Run proper libraries

In [None]:
from urllib.request import urlretrieve

import csv
import re
import numpy as np
import tensorflow as tf
from tensorflow.keras.preprocessing.text import Tokenizer
from tensorflow.keras.preprocessing.sequence import pad_sequences
from tensorflow.keras.utils import to_categorical
from tensorflow.keras.models import Sequential
from tensorflow.keras.layers import Embedding, LSTM, Dense, Dropout
from sklearn.model_selection import train_test_split

import nengo
import nengo_dl
import pandas as pd
import matplotlib.pyplot as plt
from dataclasses import dataclass

## FINAL SUBMISSION

In [None]:
# Function to process tweet text
def process_tweet_text(text):
    text = re.sub(r"http\S+", "", text)  # Remove URLs
    text = re.sub(r"@[a-zA-Z0-9_]+", "", text)  # Remove @ mentions
    text = text.strip(" ")  # Remove whitespace resulting from above
    text = re.sub(r" +", " ", text)  # Remove redundant spaces

    text = re.sub(r"&lt;", "<", text)
    text = re.sub(r"&gt;", ">", text)
    text = re.sub(r"&amp;", "&", text)
    return text


# Function to load tweets from dataset
def load_tweets_from_dataset(dataset_file):
    tweets = []
    dates = []
    stocks = []
    with open(dataset_file, "r", encoding="utf-8") as csvfile:
        reader = csv.DictReader(csvfile)
        for row in reader:
            text = row["title"]  # Assuming 'title' is the column name for tweet text
            processed_text = process_tweet_text(text)
            date = row["date"]  # Assuming 'date' is the column name for tweet date
            stock = row[
                "stock"
            ]  # Assuming 'stock' is the column name for stock information
            tweets.append(processed_text)
            dates.append(date)
            stocks.append(stock)
    return tweets, dates, stocks


def preprocess_tweets(processed_texts):
    # Preprocessing adjustments for subsequence training
    tokenizer = Tokenizer()
    tokenizer.fit_on_texts(processed_texts)
    sequences = tokenizer.texts_to_sequences(processed_texts)

    max_sequence_length = max([len(seq) for seq in sequences])

    input_sequences = []
    for seq in sequences:
        for i in range(1, len(seq)):
            input_sequences.append(seq[: i + 1])

    sequences_padded = pad_sequences(
        input_sequences, maxlen=max_sequence_length, padding="pre"
    )
    return sequences_padded, tokenizer


# Load tweets from dataset
dataset_file = "analyst_ratings_processed.csv"
tweets, dates, stocks = load_tweets_from_dataset(dataset_file)

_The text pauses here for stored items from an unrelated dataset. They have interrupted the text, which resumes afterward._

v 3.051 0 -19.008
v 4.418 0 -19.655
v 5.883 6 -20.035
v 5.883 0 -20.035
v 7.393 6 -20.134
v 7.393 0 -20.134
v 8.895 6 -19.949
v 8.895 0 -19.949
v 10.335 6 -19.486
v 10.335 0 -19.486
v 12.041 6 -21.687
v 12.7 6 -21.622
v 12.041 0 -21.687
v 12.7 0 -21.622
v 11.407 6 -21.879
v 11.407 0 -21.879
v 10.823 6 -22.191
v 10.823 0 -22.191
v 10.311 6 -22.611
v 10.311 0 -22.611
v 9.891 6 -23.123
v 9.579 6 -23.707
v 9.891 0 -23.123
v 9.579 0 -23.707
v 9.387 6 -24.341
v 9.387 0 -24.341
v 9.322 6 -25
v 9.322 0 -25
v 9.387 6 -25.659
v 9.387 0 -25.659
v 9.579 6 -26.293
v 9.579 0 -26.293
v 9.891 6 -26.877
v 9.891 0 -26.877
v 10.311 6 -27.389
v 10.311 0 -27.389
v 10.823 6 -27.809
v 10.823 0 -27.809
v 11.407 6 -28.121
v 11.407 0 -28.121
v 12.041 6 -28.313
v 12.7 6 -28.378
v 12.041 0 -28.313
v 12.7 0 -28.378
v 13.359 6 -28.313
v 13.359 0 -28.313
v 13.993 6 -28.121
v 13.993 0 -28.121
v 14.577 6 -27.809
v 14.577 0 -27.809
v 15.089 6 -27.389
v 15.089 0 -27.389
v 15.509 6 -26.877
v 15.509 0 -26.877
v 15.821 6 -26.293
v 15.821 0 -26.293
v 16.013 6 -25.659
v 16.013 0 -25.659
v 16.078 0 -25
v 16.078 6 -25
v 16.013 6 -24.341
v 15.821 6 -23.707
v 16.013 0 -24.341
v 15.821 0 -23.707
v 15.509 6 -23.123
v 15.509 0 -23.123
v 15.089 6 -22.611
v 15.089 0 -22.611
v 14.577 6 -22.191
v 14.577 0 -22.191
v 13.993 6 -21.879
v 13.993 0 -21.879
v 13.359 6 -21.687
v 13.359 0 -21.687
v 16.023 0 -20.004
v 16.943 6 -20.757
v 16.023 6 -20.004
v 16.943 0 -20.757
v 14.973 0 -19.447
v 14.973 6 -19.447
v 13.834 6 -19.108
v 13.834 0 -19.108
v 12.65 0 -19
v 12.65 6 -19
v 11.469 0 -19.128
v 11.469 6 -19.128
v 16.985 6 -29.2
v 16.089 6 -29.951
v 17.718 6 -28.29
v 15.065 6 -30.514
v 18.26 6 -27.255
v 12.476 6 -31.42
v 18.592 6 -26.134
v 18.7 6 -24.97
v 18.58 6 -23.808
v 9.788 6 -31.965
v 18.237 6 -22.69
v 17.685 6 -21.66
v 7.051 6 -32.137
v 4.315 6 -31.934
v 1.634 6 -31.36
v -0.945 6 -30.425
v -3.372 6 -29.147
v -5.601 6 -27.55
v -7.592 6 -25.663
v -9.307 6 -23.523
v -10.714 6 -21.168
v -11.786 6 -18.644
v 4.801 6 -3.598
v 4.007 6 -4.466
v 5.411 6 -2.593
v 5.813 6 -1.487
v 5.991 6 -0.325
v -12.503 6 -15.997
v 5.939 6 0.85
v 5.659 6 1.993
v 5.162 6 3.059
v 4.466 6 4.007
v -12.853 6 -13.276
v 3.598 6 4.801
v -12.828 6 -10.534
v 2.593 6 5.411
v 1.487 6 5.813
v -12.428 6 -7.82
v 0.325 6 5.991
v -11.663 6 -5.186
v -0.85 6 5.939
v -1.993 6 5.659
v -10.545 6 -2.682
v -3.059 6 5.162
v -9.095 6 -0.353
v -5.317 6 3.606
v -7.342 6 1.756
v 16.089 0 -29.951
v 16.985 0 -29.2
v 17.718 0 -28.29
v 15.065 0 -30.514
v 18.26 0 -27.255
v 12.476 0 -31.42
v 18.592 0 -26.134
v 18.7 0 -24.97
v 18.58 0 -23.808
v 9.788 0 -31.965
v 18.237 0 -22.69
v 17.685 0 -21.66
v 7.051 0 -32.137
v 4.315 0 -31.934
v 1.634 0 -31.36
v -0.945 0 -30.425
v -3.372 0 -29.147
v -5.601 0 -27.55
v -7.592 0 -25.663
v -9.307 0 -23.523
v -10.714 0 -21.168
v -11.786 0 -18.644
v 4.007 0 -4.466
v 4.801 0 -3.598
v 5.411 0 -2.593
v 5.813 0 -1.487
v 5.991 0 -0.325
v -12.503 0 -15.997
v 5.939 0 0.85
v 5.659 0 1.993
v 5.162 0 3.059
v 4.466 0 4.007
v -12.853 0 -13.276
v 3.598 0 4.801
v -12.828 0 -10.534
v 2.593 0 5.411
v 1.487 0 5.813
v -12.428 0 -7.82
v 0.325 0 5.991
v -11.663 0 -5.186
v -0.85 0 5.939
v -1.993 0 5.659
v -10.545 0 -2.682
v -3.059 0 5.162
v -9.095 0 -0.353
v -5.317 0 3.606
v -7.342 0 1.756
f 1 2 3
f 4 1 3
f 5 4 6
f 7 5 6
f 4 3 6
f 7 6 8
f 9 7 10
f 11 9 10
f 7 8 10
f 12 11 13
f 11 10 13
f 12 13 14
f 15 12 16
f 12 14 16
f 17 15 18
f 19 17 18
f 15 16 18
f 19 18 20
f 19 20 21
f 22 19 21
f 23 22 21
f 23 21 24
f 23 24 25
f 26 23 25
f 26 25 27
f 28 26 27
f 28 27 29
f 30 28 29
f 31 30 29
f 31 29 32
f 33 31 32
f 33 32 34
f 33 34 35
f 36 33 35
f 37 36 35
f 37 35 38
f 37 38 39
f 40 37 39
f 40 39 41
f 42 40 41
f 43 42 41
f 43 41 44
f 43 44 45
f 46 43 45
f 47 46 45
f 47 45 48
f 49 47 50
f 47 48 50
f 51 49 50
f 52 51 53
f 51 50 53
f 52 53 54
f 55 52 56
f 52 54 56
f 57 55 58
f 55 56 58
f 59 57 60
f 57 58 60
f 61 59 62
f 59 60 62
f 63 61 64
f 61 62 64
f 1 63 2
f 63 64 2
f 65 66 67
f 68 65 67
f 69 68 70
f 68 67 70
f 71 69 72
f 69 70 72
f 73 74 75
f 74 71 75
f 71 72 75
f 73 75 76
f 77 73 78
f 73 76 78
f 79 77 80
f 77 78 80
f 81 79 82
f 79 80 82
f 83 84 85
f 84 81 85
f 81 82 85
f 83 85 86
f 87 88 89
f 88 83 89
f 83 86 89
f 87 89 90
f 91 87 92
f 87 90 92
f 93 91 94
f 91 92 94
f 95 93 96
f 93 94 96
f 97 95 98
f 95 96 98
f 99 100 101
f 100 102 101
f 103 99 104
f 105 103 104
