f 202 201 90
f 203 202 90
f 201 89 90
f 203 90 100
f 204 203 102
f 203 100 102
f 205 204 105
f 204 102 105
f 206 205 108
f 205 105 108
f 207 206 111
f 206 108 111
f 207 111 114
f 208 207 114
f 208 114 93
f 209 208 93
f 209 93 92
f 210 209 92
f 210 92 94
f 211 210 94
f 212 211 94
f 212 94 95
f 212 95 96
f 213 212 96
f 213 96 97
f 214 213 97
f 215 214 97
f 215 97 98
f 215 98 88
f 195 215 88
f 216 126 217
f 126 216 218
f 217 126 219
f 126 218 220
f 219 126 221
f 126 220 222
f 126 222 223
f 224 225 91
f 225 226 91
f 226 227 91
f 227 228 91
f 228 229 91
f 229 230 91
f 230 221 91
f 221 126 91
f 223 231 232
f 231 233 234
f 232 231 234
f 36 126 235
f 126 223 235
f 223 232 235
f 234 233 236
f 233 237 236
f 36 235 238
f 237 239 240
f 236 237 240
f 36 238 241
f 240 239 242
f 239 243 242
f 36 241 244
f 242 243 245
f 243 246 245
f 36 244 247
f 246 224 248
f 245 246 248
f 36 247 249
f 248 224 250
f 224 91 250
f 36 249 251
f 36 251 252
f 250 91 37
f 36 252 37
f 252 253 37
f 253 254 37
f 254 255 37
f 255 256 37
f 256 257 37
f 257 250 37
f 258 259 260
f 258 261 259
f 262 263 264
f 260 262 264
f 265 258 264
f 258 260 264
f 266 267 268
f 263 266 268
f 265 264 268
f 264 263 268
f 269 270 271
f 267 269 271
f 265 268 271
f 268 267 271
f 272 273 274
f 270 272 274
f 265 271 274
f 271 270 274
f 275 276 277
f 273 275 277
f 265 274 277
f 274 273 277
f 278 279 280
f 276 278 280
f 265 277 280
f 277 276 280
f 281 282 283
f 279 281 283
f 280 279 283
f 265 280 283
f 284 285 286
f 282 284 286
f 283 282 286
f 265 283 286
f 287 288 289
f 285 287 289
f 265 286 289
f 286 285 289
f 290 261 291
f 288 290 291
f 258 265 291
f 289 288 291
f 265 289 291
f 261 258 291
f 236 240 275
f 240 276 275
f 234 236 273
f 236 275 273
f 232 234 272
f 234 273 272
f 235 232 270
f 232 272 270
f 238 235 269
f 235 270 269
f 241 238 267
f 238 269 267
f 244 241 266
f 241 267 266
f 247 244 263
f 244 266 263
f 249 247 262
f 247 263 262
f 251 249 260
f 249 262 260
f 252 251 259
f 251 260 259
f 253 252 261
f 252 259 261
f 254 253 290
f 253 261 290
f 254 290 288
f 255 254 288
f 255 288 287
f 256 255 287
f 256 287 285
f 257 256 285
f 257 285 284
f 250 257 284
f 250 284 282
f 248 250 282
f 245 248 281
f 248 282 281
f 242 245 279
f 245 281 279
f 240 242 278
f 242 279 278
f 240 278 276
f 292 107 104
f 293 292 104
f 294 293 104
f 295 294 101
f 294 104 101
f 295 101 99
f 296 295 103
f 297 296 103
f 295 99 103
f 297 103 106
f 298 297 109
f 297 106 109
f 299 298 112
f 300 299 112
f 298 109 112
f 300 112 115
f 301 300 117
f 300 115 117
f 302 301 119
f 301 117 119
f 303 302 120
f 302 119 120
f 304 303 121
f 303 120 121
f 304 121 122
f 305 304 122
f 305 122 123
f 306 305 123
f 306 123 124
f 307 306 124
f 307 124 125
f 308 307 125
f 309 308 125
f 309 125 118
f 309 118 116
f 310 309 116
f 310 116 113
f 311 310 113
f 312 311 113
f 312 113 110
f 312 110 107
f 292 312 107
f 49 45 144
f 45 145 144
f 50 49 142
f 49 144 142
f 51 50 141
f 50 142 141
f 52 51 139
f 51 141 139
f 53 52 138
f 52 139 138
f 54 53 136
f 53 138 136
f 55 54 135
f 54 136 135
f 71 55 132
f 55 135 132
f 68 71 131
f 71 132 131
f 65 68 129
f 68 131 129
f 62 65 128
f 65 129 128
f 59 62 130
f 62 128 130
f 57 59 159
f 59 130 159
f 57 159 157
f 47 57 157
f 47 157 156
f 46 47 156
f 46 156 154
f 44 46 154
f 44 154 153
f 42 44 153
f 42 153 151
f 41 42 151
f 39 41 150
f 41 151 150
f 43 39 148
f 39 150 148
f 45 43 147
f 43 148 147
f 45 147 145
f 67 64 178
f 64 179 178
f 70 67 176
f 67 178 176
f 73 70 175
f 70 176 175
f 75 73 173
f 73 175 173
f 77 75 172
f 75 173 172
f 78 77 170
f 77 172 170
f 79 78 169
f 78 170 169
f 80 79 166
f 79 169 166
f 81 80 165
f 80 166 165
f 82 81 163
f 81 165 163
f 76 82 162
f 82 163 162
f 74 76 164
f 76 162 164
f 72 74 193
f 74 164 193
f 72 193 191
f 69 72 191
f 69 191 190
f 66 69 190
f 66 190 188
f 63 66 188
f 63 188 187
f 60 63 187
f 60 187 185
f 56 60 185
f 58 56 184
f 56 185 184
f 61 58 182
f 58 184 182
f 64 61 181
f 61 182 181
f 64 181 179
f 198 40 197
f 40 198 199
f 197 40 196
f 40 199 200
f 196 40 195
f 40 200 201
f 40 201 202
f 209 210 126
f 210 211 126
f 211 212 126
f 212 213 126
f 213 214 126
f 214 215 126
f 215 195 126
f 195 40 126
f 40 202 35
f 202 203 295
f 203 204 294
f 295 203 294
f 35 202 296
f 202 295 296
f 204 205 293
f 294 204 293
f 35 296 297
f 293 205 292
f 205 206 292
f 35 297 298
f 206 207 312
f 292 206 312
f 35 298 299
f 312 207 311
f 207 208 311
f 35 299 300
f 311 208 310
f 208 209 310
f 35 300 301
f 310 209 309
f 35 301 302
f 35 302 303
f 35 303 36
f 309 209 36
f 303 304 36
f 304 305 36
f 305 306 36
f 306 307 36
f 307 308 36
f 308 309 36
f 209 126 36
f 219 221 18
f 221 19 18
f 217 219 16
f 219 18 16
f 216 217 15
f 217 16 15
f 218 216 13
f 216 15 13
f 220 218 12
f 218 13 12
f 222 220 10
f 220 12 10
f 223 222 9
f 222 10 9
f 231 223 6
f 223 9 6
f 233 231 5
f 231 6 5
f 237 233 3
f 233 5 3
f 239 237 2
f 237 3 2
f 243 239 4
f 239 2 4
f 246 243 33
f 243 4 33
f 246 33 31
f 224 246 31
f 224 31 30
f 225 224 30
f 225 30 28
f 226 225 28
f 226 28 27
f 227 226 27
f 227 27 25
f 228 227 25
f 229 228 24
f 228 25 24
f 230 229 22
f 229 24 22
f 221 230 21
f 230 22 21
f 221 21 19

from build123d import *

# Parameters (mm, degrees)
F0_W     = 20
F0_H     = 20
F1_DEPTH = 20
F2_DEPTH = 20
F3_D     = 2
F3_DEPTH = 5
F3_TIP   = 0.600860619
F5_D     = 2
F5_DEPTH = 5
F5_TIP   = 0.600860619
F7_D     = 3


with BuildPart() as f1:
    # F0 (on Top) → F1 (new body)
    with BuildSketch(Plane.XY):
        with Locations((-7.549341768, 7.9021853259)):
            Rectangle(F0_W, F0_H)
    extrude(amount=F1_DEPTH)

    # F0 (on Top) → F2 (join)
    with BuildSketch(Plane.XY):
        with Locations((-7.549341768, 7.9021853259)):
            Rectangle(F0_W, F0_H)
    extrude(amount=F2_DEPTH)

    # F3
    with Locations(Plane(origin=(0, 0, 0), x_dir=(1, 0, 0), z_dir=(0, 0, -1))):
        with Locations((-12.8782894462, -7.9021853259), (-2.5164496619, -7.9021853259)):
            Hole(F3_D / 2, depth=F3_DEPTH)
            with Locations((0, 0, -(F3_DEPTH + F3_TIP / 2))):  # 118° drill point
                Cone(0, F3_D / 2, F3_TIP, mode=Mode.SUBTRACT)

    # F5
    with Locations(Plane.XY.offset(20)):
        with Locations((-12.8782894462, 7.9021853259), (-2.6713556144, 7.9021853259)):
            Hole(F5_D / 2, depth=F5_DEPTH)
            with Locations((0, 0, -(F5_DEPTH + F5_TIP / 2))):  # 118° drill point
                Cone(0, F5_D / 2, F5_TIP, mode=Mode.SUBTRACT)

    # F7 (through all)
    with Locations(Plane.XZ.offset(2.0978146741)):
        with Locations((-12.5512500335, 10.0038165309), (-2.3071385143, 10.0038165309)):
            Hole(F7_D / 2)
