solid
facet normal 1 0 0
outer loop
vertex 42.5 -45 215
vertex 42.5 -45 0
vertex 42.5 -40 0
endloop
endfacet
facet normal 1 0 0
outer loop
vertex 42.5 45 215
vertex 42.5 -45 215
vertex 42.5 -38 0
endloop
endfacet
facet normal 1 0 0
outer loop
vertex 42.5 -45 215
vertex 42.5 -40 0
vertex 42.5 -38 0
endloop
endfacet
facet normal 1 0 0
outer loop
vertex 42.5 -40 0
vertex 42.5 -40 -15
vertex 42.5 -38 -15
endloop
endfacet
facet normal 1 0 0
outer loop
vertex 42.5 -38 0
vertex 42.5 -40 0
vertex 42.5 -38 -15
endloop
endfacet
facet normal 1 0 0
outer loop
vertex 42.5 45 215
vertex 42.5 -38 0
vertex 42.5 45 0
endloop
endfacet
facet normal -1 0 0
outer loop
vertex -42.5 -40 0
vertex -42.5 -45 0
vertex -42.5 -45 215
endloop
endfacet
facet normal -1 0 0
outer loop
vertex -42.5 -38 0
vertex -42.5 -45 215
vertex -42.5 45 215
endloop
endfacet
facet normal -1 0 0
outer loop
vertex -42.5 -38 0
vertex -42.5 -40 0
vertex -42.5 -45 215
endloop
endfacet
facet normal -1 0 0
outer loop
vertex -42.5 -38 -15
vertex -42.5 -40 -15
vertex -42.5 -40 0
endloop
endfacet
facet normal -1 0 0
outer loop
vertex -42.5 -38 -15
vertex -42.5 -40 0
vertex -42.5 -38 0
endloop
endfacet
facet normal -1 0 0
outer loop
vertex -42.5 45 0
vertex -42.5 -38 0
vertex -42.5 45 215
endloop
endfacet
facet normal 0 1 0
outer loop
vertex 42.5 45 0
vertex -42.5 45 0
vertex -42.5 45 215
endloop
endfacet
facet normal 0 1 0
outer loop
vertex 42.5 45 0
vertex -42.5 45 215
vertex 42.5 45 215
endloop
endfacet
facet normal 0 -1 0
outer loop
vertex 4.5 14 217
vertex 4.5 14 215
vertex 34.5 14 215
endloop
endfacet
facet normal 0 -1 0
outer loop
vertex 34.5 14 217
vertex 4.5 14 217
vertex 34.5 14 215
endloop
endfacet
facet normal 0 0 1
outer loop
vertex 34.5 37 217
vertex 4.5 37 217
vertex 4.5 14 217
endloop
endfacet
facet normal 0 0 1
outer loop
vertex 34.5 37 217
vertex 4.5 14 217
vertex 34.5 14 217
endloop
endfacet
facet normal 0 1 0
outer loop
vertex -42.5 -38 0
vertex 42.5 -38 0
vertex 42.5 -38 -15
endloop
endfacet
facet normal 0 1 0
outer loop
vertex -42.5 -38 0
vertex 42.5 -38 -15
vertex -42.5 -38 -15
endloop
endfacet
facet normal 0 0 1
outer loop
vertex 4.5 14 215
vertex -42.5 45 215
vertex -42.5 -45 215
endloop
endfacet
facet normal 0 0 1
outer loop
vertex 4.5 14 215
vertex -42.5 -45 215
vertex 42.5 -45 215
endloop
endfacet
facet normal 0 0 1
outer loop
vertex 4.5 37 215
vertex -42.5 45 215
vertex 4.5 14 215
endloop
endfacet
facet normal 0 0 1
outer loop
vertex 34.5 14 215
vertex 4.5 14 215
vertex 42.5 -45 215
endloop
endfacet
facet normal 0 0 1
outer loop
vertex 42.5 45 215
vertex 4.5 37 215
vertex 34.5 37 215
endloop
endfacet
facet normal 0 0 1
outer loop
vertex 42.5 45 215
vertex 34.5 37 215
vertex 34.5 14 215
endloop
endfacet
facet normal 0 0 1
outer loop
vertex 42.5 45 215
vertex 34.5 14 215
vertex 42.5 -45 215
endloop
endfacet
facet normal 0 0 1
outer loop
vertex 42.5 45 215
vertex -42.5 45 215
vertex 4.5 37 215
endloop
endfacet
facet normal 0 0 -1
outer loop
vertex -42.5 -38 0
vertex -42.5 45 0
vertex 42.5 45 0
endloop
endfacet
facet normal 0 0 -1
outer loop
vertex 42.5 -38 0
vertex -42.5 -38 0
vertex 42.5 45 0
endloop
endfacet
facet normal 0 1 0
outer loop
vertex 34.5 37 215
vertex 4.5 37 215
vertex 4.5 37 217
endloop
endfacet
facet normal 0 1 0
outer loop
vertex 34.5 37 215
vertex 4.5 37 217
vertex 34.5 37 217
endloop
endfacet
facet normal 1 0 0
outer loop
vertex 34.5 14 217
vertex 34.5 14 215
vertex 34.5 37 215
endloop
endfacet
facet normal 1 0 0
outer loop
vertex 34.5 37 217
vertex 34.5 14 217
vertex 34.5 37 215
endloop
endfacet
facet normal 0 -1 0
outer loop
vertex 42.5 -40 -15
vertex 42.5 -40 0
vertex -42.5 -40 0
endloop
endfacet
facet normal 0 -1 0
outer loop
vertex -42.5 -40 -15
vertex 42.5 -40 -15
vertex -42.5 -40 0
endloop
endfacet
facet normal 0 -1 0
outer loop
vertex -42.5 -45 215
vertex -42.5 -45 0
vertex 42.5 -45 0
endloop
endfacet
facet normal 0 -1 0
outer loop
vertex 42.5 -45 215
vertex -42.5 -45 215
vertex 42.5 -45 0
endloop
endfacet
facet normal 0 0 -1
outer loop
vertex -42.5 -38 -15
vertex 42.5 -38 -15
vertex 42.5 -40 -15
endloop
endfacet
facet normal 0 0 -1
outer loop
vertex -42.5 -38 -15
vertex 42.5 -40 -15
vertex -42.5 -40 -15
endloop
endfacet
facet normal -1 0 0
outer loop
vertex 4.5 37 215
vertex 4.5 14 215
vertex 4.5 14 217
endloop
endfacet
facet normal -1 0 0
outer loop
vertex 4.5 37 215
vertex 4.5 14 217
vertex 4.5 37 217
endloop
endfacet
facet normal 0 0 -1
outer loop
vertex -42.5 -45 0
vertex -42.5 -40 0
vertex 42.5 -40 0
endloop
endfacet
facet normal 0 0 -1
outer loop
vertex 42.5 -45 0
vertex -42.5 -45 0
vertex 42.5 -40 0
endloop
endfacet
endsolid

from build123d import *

# Parameters (mm, degrees)
SZKIC1_W                    = 85
SZKIC1_H                    = 90
DODANIE_WYCI_GNI_CIE1_DEPTH = 215
SZKIC2_W                    = 85
SZKIC2_H                    = 2
DODANIE_WYCI_GNI_CIE2_DEPTH = 15
SZKIC3_W                    = 30
SZKIC3_H                    = 23
DODANIE_WYCI_GNI_CIE3_DEPTH = 2


with BuildPart() as part:
    # Szkic1 → Dodanie-wyciągnięcie1 (new body)
    with BuildSketch(Plane.XY):
        Rectangle(SZKIC1_W, SZKIC1_H)
    extrude(amount=DODANIE_WYCI_GNI_CIE1_DEPTH)

    # Szkic2 → Dodanie-wyciągnięcie2 (add)
    with BuildSketch(Plane(origin=(0, 0, 0), x_dir=(-1, 0, 0), z_dir=(0, 0, -1))):
        with Locations((0, -39)):
            Rectangle(SZKIC2_W, SZKIC2_H)
    extrude(amount=DODANIE_WYCI_GNI_CIE2_DEPTH)

    # Szkic3 → Dodanie-wyciągnięcie3 (add)
    with BuildSketch(Plane.XY.offset(215)):
        with Locations((19.5, 25.5)):
            Rectangle(SZKIC3_W, SZKIC3_H)
    extrude(amount=DODANIE_WYCI_GNI_CIE3_DEPTH)


solid = part.part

def create_and_train_model(X, Y, vocab_size):
    model = Sequential(
        [
            Embedding(vocab_size, 512, input_length=X.shape[1]),
            LSTM(512, return_sequences=True),
            Dropout(0.5),
            LSTM(512),
            Dropout(0.5),
            Dense(vocab_size, activation="softmax"),
        ]
    )

    model.compile(
        loss="categorical_crossentropy", optimizer="adam", metrics=["accuracy"]
    )
    model.fit(X, Y, epochs=150, batch_size=512)
    return model


def generate_tweet(
    model, tokenizer, prompt, max_sequence_length, num_words=20, temperature=0.5
):
    tweet = prompt
    for _ in range(num_words):
        sequence = tokenizer.texts_to_sequences([tweet])[0]
        sequence_padded = pad_sequences(
            [sequence], maxlen=max_sequence_length, padding="pre"
        )
        predictions = model.predict(sequence_padded)[0]
        predictions = np.log(predictions) / temperature
        exp_predictions = np.exp(predictions)
        predictions = exp_predictions / np.sum(exp_predictions)
        next_word_index = np.random.choice(len(predictions), p=predictions)
        next_word = tokenizer.index_word.get(next_word_index, "")
        tweet += " " + next_word
    return tweet


# Preprocess tweets
X, tokenizer = preprocess_tweets(tweets)
vocab_size = len(tokenizer.word_index) + 1  # Add 1 for the padding token
Y = to_categorical(X[:, -1], num_classes=vocab_size)
X = X[:, :-1]

# Create and train model
model = create_and_train_model(X, Y, vocab_size)

# Check model architecture
print("\nModel Summary:")
print(model.summary())

# Generate tweet with a more intuitive prompt
prompt = "The price of gold"
generated_tweet = generate_tweet(model, tokenizer, prompt, X.shape[1], num_words=20)
print("Generated Tweet:", generated_tweet)

prompt = "Barrick Gold Announces Deal"
generated_tweet = generate_tweet(model, tokenizer, prompt, X.shape[1], num_words=20)
print("Generated Tweet:", generated_tweet)

## CHECKPOINT 2

Model seems to work but there is not enough memory to complete the process. 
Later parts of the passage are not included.